Verdi's La traviata Brought Beauty, Vitality and Tuberculosis To The Winspear
It'll be a shame to see her die.
Last Friday night, The Dallas Opera produced Guiseppe Verdi's La traviata in the Winspear opera house for the first time. La traviata is one of opera's most frequently produced and biggest hits. Lead by strong vocal and instrumental performances and underscored by a stunning production, this La traviata is a solid effort by The Dallas Opera that does justice both to Verdi's score and our city's fantastic new opera house.
La traviata is set in the decadent world of 19th-century Paris. It's the story of Violatta, a beautiful young courtesan who lives for pleasure until she falls unexpectedly into a passionate love affair and subsequently dies an untimely death. When we first meet Violetta, she is living what appears to be a charmed life, flitting from one party to another on the arms of a wealthy baron for whom she has no affection and is clearly using (most apparently for the gaudy jewels draped around her neck). She knows that she is dying of tuberculosis and seems to have resigned herself to having as much fun as possible before her illness becomes undeniable.
On Friday night, this party girl's intoxicating world was enticing. The set, which comes to us via the Florida Grand Opera, is appropriately extravagant. All too often, when opera companies attempt lavish versions of La traviata, the result is cheesy or tacky. This production, however, succeeds visually. Large shutters draped in gold and crimson anchor a lavishly decorated stage in the party scenes. During Act I, this backdrop was perfectly suited for the swirling brandisi (drinking song) lead by Violetta's lover, Alfredo. Libiamo libiamo ne'lieti calici, or in English "Let's drink, let's drink from this merry chalice" is perhaps the most recognizable tune in La traviata and American tenor Jame Valenti, backed by the Dallas Opera's chorus, gave a fabulously rousing rendition amidst the lush scenery.

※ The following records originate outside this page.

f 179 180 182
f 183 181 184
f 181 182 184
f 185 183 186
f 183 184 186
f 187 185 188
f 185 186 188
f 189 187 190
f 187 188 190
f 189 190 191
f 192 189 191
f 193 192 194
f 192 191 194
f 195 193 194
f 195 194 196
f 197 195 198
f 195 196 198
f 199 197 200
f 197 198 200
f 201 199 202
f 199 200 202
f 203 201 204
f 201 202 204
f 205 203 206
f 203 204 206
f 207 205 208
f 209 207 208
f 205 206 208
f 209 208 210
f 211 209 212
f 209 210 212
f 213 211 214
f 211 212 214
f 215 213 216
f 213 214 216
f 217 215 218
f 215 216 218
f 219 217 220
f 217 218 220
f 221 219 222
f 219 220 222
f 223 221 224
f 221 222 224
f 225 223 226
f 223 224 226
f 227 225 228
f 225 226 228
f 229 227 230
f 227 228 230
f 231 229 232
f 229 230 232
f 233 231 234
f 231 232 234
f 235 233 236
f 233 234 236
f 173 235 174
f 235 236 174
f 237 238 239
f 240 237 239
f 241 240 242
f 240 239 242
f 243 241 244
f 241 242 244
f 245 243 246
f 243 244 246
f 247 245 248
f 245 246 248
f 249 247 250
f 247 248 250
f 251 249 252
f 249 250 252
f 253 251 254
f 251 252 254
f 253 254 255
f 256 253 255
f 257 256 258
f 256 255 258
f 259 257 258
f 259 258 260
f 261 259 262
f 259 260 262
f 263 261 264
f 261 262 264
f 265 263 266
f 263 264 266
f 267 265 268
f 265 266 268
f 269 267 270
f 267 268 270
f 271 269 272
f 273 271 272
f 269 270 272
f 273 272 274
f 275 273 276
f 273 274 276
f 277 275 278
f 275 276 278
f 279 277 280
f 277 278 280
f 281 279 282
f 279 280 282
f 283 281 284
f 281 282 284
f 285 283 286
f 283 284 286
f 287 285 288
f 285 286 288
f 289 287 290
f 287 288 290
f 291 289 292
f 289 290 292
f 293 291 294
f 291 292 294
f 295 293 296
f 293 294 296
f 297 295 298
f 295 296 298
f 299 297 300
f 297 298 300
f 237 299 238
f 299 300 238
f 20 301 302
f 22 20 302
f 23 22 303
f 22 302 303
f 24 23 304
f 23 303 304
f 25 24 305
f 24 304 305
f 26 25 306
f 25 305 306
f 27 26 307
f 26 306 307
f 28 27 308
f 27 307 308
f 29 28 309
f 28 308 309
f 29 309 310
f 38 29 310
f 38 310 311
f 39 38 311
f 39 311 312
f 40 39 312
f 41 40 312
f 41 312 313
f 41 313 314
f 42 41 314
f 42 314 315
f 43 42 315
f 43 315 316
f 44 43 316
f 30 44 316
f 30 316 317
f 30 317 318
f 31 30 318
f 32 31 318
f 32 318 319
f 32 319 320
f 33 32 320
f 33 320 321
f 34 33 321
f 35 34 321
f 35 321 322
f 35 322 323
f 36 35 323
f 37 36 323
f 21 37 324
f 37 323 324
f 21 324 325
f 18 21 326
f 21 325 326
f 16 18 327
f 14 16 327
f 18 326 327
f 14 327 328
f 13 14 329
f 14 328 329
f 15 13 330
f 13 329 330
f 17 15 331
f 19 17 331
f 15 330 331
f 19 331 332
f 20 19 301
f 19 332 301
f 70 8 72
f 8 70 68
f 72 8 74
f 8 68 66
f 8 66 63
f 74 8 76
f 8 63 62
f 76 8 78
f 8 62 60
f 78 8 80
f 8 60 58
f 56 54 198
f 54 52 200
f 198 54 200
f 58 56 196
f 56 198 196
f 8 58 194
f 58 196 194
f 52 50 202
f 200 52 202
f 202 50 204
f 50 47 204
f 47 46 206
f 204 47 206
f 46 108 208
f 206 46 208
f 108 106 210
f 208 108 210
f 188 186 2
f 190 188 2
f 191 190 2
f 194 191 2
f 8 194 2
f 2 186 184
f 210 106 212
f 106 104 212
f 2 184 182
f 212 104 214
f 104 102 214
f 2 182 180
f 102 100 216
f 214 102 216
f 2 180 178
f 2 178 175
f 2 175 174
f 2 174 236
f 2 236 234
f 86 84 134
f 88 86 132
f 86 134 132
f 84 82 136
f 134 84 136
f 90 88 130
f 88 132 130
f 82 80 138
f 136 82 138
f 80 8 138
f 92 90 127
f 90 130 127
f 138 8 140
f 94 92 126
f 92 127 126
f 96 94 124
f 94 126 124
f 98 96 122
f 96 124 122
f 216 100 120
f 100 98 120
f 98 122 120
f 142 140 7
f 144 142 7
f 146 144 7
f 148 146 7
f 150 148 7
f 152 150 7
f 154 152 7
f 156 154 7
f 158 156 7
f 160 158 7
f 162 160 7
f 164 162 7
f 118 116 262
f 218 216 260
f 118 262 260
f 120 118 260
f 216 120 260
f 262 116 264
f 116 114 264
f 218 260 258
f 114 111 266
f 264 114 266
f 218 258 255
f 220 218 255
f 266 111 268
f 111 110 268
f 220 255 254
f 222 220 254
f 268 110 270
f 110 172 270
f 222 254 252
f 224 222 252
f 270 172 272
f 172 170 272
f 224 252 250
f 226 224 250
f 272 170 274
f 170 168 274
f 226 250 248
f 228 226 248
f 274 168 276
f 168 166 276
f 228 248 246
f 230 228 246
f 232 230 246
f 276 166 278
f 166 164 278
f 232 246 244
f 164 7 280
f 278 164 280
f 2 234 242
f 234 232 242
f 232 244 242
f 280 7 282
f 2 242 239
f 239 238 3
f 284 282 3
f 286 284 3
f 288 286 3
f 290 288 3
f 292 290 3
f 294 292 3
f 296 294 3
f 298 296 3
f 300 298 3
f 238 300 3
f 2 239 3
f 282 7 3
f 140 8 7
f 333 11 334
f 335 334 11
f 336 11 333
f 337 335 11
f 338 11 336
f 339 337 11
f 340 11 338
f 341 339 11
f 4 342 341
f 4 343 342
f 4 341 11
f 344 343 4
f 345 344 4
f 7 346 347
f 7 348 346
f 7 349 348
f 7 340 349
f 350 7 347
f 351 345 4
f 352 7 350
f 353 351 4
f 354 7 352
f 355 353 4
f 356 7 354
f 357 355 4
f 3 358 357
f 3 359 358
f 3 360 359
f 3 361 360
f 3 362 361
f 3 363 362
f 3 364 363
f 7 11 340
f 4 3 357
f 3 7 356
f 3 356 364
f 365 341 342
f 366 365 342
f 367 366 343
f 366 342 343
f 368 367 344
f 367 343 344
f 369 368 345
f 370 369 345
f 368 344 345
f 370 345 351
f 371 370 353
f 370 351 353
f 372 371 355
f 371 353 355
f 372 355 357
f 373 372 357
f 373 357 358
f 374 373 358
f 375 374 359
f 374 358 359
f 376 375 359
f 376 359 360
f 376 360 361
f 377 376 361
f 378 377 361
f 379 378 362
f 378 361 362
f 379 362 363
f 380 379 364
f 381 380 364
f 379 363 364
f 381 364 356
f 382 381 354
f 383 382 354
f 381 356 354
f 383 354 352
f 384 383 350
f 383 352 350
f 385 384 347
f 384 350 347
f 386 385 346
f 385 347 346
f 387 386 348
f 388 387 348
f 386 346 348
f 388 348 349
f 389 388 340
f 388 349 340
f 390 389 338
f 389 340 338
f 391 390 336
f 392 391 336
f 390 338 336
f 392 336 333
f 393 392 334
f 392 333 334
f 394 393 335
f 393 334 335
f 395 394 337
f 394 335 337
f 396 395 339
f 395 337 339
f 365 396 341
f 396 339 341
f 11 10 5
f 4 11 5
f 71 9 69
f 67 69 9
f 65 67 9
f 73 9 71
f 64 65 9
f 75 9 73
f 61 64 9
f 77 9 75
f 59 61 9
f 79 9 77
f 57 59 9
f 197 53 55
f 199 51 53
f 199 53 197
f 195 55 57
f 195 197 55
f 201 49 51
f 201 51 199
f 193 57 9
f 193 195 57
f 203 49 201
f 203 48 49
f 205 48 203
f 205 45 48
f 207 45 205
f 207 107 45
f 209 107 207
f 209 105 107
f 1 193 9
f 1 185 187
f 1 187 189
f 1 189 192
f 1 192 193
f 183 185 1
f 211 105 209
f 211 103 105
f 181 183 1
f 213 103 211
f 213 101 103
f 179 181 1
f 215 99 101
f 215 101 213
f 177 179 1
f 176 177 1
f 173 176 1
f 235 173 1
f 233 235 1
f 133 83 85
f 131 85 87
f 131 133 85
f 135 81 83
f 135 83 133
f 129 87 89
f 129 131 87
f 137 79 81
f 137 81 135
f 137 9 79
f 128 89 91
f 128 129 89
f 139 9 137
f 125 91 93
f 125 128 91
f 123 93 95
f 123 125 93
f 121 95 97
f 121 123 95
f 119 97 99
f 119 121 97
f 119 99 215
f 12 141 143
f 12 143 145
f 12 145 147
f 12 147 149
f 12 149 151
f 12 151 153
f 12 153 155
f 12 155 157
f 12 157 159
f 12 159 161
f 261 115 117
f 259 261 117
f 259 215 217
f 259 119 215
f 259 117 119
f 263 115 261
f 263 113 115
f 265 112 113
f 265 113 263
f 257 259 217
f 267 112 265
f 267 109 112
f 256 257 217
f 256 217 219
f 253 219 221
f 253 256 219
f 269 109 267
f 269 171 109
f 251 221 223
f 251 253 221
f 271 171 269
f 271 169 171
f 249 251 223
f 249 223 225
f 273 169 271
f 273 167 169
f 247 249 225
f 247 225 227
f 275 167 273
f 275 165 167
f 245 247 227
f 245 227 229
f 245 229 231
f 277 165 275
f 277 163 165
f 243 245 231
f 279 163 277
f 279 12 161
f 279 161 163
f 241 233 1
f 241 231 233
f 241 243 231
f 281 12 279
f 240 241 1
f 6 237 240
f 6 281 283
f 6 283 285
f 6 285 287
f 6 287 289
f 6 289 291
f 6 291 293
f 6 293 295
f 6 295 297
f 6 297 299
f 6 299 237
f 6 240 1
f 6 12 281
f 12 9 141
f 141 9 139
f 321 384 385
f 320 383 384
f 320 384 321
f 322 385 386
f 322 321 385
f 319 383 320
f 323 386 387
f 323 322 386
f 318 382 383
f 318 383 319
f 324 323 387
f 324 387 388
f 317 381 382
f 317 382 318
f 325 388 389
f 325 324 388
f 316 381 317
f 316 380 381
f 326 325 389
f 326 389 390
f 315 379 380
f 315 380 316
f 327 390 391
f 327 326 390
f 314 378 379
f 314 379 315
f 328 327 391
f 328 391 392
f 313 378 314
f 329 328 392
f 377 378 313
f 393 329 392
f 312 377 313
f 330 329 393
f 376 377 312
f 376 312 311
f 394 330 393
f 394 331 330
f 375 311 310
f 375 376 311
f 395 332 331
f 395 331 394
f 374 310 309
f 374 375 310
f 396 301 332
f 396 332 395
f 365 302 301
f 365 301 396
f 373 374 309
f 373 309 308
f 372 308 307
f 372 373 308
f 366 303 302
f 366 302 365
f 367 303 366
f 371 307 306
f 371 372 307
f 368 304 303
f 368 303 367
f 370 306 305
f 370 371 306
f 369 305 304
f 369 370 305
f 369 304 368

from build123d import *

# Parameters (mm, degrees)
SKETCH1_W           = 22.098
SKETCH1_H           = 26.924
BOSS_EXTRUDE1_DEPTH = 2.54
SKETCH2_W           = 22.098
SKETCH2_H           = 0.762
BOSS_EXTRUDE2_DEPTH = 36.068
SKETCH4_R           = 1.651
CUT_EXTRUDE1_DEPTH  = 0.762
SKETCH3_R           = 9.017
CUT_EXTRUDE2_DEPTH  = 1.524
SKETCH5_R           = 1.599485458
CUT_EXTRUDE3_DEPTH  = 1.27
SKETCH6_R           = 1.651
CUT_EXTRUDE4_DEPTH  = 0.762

Violetta is a dramatically and vocally challenging role and ultimately the success of any Traviata lies in the hands of the actress portraying her. Greek soprano Myrtò Papatanasiu made her American debut in this production and on Friday her performance was effective and touching. Papatanasiu's technical ability is impressive, with fantastic agility in the highest ranges and consistent artistry in phrasing and dynamic choices. She did not pull off the high E flat at the end of the first act with ease or beauty and there was a lack of warmth to her timbre at times, but her overall vocal performance was technically strong and highly artistic.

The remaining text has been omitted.